▸ Your goal
Please output the section of the listing below that opens with the line containing "f 103 99 36" and closes with the line containing "f 128 59 54", exactly and with nothing else.
= = = = = = =
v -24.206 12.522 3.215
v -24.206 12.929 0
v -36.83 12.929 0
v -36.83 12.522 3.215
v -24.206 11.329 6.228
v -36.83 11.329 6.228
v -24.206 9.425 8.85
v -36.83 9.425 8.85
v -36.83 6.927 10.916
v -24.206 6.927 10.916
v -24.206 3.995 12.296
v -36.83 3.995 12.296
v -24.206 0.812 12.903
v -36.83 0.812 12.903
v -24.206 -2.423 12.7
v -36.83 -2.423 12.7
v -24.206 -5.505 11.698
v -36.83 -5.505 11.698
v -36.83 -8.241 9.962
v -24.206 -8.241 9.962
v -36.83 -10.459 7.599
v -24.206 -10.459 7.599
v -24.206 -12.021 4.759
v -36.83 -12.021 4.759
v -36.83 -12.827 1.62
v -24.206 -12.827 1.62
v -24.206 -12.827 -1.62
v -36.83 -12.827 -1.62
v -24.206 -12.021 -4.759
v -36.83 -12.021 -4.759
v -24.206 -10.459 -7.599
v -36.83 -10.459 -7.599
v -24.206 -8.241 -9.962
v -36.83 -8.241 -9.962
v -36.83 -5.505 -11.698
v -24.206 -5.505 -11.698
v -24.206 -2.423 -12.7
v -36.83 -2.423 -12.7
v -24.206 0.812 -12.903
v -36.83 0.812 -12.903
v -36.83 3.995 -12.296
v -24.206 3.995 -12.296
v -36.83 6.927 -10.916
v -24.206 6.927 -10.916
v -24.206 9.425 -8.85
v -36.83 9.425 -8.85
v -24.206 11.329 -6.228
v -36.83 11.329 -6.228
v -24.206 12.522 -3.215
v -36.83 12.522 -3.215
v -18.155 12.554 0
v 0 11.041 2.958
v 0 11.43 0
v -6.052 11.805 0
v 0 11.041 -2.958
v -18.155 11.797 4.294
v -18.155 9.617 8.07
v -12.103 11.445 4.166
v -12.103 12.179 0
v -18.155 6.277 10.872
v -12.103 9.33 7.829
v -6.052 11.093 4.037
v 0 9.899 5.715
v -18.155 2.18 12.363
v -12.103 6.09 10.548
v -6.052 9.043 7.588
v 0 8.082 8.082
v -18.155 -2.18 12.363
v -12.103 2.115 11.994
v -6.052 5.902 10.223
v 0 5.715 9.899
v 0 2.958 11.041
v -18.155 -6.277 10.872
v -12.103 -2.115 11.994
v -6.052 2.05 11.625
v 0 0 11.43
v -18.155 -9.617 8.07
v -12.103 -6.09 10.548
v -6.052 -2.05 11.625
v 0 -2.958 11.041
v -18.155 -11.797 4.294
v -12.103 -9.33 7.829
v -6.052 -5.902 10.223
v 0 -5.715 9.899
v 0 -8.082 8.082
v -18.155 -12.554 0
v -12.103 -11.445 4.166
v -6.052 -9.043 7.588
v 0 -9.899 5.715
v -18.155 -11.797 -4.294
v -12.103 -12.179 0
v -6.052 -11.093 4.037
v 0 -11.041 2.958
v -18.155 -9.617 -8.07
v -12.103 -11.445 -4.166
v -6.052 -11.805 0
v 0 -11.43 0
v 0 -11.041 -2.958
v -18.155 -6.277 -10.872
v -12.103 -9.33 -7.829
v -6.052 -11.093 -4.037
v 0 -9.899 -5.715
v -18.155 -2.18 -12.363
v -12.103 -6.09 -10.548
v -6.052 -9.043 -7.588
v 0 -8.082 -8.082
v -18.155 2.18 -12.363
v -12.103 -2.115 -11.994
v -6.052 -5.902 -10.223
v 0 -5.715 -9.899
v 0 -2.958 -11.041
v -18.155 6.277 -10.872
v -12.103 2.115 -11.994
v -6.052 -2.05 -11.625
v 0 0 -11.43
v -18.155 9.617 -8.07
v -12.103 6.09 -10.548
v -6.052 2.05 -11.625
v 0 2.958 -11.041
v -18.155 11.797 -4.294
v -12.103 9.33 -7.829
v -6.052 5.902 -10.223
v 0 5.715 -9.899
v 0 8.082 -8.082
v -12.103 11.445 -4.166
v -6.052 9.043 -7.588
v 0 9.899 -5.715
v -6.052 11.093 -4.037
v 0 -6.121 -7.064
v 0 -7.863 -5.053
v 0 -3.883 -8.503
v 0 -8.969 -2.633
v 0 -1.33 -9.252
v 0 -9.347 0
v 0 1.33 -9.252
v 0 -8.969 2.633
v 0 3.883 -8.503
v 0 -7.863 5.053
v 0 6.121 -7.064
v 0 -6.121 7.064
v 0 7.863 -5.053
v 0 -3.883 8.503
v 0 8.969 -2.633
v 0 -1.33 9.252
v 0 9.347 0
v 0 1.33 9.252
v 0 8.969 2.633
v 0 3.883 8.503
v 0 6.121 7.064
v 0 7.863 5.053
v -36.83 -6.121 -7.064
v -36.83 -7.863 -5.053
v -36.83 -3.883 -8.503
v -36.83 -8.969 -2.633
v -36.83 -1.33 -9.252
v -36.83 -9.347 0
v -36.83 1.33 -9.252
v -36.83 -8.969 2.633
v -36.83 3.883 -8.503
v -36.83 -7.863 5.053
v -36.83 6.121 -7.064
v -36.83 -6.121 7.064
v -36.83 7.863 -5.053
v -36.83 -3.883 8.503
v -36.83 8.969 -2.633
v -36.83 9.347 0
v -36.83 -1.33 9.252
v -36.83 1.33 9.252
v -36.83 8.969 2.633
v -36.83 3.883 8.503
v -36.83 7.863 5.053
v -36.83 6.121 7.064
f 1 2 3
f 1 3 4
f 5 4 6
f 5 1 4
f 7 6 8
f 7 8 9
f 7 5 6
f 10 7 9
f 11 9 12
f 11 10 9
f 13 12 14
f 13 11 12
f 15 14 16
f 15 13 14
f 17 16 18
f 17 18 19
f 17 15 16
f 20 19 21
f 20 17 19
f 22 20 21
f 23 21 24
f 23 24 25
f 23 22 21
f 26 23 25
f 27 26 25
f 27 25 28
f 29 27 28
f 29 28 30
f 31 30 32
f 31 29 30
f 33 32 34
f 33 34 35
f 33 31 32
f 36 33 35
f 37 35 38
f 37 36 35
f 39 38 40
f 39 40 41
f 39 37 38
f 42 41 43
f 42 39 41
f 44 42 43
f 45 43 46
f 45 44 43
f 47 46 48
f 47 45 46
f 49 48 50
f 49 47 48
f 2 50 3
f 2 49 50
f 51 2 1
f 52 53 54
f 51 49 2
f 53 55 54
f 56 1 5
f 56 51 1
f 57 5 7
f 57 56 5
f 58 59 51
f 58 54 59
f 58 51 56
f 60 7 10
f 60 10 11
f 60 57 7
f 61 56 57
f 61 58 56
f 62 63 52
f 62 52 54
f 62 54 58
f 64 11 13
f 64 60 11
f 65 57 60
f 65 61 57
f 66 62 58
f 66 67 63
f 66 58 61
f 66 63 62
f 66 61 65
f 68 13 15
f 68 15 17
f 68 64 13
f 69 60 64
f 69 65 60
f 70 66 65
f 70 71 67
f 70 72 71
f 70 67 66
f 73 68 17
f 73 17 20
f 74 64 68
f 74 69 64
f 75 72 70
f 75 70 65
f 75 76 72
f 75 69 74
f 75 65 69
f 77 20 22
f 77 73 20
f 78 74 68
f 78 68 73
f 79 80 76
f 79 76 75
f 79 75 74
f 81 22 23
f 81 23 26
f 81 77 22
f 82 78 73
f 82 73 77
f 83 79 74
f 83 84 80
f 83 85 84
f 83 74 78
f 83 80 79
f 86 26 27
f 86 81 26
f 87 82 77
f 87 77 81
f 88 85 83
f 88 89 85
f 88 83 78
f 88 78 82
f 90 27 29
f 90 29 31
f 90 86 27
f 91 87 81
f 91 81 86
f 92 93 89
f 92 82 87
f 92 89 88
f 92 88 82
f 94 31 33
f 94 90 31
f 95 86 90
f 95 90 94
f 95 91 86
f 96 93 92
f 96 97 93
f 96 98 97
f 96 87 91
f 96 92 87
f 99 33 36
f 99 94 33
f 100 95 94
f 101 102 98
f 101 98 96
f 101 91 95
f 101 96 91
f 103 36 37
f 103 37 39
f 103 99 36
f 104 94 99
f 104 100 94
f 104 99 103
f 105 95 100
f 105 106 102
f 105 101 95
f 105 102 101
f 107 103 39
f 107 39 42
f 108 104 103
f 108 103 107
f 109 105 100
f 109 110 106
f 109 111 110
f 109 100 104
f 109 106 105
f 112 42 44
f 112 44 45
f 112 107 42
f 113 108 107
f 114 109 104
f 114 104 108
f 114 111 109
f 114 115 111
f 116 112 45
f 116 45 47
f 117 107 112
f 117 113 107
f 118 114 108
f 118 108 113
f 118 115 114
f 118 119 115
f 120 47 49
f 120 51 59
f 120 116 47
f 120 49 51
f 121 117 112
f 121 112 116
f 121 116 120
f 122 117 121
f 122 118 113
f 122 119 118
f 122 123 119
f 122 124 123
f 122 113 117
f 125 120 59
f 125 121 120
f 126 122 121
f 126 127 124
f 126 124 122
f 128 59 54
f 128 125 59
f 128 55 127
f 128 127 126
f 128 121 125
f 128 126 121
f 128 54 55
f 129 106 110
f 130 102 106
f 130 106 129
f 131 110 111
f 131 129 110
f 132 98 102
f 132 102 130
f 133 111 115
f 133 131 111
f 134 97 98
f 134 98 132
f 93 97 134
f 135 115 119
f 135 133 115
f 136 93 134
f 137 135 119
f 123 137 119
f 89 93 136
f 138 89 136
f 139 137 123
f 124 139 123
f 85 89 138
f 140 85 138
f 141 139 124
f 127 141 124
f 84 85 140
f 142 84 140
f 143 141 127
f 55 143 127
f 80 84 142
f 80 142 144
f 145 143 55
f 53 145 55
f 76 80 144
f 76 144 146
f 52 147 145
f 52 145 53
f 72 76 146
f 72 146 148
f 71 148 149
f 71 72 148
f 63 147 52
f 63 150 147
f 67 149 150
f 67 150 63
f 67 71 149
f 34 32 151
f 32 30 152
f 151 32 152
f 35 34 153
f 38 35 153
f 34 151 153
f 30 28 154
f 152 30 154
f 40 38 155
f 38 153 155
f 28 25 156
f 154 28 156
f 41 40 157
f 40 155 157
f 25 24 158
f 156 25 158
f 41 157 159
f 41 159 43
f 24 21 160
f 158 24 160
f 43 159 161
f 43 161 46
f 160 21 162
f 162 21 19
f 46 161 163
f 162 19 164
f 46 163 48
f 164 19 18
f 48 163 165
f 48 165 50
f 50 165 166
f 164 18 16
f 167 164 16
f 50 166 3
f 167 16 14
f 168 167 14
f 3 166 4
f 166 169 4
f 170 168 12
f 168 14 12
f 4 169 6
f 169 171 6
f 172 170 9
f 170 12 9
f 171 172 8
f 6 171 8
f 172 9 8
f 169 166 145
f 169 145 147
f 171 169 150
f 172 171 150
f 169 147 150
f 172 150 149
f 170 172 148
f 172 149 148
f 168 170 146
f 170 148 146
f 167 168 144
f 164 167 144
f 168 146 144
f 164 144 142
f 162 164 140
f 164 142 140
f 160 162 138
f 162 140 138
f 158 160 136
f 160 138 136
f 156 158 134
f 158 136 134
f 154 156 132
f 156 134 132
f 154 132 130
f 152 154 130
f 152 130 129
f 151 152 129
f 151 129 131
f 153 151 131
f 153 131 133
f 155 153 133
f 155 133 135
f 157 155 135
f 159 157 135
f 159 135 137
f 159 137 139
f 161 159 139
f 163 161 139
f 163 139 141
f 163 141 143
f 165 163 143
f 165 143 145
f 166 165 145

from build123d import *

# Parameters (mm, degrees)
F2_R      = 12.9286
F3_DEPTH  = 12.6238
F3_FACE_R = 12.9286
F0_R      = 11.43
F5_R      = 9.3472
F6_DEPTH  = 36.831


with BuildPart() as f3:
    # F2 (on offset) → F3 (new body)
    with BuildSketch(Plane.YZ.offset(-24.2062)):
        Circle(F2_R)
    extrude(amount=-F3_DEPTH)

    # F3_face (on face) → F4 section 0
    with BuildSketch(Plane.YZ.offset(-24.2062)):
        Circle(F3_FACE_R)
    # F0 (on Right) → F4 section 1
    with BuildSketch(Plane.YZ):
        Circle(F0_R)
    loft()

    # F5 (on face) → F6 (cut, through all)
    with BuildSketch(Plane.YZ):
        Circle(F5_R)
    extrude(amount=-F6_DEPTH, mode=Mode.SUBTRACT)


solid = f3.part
= = = = = = =
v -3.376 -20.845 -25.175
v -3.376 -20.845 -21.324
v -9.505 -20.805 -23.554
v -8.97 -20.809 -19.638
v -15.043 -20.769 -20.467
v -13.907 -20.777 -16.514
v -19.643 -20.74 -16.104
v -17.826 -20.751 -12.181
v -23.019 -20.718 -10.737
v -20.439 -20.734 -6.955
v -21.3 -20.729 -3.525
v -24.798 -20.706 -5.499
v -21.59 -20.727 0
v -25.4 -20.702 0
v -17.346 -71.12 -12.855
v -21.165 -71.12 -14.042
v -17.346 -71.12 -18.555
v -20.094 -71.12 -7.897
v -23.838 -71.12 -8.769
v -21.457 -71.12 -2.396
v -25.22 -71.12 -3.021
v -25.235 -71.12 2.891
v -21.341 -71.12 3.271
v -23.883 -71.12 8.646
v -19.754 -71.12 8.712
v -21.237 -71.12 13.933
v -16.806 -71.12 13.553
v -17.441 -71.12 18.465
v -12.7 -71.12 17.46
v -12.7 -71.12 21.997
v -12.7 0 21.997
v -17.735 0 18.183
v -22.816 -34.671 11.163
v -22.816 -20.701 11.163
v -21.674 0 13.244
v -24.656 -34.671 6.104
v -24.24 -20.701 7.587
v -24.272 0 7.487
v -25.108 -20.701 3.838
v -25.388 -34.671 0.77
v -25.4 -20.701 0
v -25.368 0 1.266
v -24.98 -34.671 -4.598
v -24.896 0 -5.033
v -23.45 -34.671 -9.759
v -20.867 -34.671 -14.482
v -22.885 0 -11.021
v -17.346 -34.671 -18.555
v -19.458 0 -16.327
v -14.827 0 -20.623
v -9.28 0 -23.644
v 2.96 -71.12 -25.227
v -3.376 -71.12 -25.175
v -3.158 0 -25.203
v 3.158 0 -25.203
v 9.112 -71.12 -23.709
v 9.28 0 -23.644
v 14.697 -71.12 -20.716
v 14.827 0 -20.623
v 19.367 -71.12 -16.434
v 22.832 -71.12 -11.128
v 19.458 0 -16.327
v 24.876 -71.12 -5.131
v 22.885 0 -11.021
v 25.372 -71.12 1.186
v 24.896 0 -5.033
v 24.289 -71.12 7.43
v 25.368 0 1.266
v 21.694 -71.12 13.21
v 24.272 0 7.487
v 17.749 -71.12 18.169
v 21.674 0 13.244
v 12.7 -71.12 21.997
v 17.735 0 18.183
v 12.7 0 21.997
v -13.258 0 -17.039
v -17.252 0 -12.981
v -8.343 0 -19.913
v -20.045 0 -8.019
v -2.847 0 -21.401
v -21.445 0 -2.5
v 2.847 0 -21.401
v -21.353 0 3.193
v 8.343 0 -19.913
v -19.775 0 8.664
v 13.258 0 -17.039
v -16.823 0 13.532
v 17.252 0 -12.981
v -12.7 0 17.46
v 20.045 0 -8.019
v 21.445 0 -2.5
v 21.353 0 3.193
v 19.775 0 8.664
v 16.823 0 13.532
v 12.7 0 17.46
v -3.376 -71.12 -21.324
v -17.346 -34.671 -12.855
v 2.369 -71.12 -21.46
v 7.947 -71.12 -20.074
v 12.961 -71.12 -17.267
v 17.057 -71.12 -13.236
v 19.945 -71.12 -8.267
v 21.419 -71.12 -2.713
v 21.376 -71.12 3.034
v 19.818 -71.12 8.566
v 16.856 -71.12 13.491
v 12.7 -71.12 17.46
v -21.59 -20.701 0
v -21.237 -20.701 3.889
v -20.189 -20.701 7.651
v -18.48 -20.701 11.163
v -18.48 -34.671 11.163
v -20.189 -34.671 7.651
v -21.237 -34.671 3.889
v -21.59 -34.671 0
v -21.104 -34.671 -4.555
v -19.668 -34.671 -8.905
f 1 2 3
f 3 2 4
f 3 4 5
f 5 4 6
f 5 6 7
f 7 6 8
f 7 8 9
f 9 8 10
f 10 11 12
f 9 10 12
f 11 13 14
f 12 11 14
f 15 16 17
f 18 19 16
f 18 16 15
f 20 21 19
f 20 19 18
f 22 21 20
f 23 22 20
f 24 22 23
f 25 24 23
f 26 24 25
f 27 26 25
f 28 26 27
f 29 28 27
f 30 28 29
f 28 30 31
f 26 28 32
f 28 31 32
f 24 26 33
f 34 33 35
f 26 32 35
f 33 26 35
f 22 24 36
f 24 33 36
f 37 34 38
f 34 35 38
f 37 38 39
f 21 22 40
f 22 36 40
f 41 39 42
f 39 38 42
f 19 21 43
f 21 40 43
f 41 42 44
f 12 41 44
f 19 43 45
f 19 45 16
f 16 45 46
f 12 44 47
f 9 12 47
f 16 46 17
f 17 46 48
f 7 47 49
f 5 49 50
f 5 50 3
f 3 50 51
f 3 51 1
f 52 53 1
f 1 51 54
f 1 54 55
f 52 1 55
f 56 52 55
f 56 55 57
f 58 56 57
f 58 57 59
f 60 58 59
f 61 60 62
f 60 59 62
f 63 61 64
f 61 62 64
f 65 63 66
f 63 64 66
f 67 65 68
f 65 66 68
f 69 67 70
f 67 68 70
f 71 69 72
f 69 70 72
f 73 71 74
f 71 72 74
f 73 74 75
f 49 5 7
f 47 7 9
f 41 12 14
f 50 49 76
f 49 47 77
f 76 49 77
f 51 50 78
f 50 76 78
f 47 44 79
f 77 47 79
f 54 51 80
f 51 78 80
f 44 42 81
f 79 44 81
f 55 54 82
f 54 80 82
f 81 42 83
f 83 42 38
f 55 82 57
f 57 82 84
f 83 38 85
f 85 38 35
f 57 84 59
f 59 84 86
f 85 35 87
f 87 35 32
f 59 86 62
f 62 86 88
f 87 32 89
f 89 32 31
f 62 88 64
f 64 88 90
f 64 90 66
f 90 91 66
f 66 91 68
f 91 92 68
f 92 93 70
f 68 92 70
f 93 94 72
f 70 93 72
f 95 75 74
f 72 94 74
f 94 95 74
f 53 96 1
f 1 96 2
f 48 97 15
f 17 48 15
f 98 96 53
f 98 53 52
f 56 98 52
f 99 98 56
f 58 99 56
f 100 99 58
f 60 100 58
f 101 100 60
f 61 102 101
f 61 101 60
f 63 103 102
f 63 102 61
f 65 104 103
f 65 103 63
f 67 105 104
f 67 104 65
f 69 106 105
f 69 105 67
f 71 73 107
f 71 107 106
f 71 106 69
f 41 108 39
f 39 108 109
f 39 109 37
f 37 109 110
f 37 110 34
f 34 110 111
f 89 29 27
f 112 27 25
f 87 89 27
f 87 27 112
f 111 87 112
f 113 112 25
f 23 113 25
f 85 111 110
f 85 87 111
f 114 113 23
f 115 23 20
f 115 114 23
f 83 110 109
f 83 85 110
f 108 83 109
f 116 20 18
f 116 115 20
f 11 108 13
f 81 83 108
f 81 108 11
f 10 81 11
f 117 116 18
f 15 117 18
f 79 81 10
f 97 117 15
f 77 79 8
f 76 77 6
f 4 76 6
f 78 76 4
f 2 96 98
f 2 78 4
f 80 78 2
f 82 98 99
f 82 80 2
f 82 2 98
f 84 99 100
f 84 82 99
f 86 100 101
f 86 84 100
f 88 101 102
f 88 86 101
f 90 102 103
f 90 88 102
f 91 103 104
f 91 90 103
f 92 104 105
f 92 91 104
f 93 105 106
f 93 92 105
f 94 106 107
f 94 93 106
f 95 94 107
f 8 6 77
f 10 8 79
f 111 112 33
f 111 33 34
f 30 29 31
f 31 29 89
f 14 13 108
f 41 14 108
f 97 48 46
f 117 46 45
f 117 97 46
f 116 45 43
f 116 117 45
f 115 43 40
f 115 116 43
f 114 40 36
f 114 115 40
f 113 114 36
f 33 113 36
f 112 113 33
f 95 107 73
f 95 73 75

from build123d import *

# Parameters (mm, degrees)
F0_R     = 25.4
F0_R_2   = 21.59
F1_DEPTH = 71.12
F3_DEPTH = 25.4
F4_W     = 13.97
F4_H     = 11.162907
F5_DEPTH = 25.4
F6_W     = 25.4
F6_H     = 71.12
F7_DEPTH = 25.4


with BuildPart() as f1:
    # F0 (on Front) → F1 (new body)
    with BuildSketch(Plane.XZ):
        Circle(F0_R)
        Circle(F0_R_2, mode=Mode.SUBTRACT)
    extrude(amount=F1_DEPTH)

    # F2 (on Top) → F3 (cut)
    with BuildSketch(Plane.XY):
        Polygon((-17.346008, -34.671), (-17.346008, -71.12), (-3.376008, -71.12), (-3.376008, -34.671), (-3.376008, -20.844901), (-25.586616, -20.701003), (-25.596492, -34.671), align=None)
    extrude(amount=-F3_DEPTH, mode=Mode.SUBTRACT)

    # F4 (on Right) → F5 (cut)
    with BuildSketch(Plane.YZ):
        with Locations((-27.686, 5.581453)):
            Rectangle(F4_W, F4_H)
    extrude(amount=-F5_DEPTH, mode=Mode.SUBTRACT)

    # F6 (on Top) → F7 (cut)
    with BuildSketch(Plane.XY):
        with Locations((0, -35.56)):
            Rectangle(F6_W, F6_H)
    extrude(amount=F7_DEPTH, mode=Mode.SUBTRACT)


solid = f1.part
= = = = = = =
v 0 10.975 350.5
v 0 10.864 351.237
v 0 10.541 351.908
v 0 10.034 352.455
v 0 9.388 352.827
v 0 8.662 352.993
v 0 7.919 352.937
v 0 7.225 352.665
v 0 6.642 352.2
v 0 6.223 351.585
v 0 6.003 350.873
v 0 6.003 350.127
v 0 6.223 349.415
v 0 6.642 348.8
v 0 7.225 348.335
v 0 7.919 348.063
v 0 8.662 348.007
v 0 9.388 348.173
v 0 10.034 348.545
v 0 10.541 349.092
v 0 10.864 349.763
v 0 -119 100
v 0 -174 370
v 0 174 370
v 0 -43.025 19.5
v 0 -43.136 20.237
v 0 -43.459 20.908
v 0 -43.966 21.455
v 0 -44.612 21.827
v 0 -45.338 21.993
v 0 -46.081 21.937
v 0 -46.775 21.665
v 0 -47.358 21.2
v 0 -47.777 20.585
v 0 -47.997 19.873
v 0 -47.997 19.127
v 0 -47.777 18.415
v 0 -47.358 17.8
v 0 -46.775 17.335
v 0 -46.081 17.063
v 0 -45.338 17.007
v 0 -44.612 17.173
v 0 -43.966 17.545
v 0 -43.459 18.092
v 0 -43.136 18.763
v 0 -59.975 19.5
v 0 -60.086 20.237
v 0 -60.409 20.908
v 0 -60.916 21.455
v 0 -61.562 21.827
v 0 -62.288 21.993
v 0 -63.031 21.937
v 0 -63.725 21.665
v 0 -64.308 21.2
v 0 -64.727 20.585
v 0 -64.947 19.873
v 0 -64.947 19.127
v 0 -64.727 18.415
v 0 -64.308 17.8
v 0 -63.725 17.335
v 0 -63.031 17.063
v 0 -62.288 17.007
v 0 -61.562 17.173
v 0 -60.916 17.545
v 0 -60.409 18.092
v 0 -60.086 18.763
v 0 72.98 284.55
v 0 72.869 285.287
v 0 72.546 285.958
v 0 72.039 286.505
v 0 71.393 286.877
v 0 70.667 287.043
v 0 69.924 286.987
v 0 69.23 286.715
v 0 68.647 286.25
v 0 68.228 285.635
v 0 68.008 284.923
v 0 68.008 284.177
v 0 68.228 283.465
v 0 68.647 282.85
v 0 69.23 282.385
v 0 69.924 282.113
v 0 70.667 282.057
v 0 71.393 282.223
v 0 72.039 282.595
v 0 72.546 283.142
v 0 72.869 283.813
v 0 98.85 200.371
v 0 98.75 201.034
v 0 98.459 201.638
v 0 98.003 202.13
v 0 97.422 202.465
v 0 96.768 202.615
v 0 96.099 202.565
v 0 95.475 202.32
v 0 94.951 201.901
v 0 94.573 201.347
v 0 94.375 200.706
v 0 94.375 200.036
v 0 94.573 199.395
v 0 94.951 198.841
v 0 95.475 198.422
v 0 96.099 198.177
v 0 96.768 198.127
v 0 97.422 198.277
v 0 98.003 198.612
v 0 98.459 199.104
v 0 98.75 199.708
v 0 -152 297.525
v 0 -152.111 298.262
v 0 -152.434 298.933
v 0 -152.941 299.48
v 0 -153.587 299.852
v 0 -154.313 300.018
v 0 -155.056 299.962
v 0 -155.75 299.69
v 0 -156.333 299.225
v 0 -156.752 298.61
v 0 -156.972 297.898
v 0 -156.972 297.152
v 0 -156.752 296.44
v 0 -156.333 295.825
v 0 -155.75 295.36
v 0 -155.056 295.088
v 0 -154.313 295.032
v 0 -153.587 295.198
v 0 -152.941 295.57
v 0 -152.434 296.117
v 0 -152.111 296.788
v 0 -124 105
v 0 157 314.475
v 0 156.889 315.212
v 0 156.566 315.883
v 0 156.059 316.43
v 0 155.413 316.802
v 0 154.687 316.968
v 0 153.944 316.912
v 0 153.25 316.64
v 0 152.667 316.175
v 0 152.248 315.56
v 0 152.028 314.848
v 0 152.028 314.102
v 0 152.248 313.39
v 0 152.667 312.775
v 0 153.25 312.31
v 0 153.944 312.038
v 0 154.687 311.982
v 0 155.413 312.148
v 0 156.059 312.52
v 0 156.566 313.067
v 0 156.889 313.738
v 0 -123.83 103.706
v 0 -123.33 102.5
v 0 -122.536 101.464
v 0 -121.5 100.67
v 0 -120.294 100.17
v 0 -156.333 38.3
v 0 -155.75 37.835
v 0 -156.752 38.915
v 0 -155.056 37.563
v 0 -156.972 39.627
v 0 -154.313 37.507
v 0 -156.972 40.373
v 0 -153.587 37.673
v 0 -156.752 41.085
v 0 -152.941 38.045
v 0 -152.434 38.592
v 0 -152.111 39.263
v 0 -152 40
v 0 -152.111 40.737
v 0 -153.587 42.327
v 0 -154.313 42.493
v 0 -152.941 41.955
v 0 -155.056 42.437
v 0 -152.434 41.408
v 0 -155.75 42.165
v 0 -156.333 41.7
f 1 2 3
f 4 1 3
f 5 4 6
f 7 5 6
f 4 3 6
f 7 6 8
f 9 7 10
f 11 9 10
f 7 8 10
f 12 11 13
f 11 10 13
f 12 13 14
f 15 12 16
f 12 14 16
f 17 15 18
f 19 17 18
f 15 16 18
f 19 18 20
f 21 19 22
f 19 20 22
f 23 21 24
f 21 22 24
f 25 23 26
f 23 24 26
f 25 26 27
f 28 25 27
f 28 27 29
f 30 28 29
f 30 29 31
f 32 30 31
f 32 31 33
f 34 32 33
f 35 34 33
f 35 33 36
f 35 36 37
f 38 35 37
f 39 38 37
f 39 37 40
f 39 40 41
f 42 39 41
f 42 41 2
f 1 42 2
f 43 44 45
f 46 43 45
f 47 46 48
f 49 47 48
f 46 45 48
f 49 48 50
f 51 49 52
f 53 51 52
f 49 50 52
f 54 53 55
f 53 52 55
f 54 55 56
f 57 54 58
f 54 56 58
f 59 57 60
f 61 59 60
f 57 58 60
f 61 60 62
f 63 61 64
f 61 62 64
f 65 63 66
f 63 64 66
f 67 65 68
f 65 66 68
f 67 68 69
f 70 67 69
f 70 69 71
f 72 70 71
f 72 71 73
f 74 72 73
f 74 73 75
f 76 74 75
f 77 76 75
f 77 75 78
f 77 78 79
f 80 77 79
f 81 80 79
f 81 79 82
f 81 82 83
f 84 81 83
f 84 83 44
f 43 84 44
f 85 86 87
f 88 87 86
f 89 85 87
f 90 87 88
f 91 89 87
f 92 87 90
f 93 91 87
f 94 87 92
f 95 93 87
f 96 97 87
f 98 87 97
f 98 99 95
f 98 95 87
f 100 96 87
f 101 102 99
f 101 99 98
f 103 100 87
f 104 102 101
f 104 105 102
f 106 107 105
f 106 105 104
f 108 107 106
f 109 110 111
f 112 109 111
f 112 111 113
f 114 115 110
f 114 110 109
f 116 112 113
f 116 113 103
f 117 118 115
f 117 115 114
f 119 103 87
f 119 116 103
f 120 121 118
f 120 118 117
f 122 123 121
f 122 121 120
= = = = = = =
▸ Expected answer
f 103 99 36
f 104 94 99
f 104 100 94
f 104 99 103
f 105 95 100
f 105 106 102
f 105 101 95
f 105 102 101
f 107 103 39
f 107 39 42
f 108 104 103
f 108 103 107
f 109 105 100
f 109 110 106
f 109 111 110
f 109 100 104
f 109 106 105
f 112 42 44
f 112 44 45
f 112 107 42
f 113 108 107
f 114 109 104
f 114 104 108
f 114 111 109
f 114 115 111
f 116 112 45
f 116 45 47
f 117 107 112
f 117 113 107
f 118 114 108
f 118 108 113
f 118 115 114
f 118 119 115
f 120 47 49
f 120 51 59
f 120 116 47
f 120 49 51
f 121 117 112
f 121 112 116
f 121 116 120
f 122 117 121
f 122 118 113
f 122 119 118
f 122 123 119
f 122 124 123
f 122 113 117
f 125 120 59
f 125 121 120
f 126 122 121
f 126 127 124
f 126 124 122
f 128 59 54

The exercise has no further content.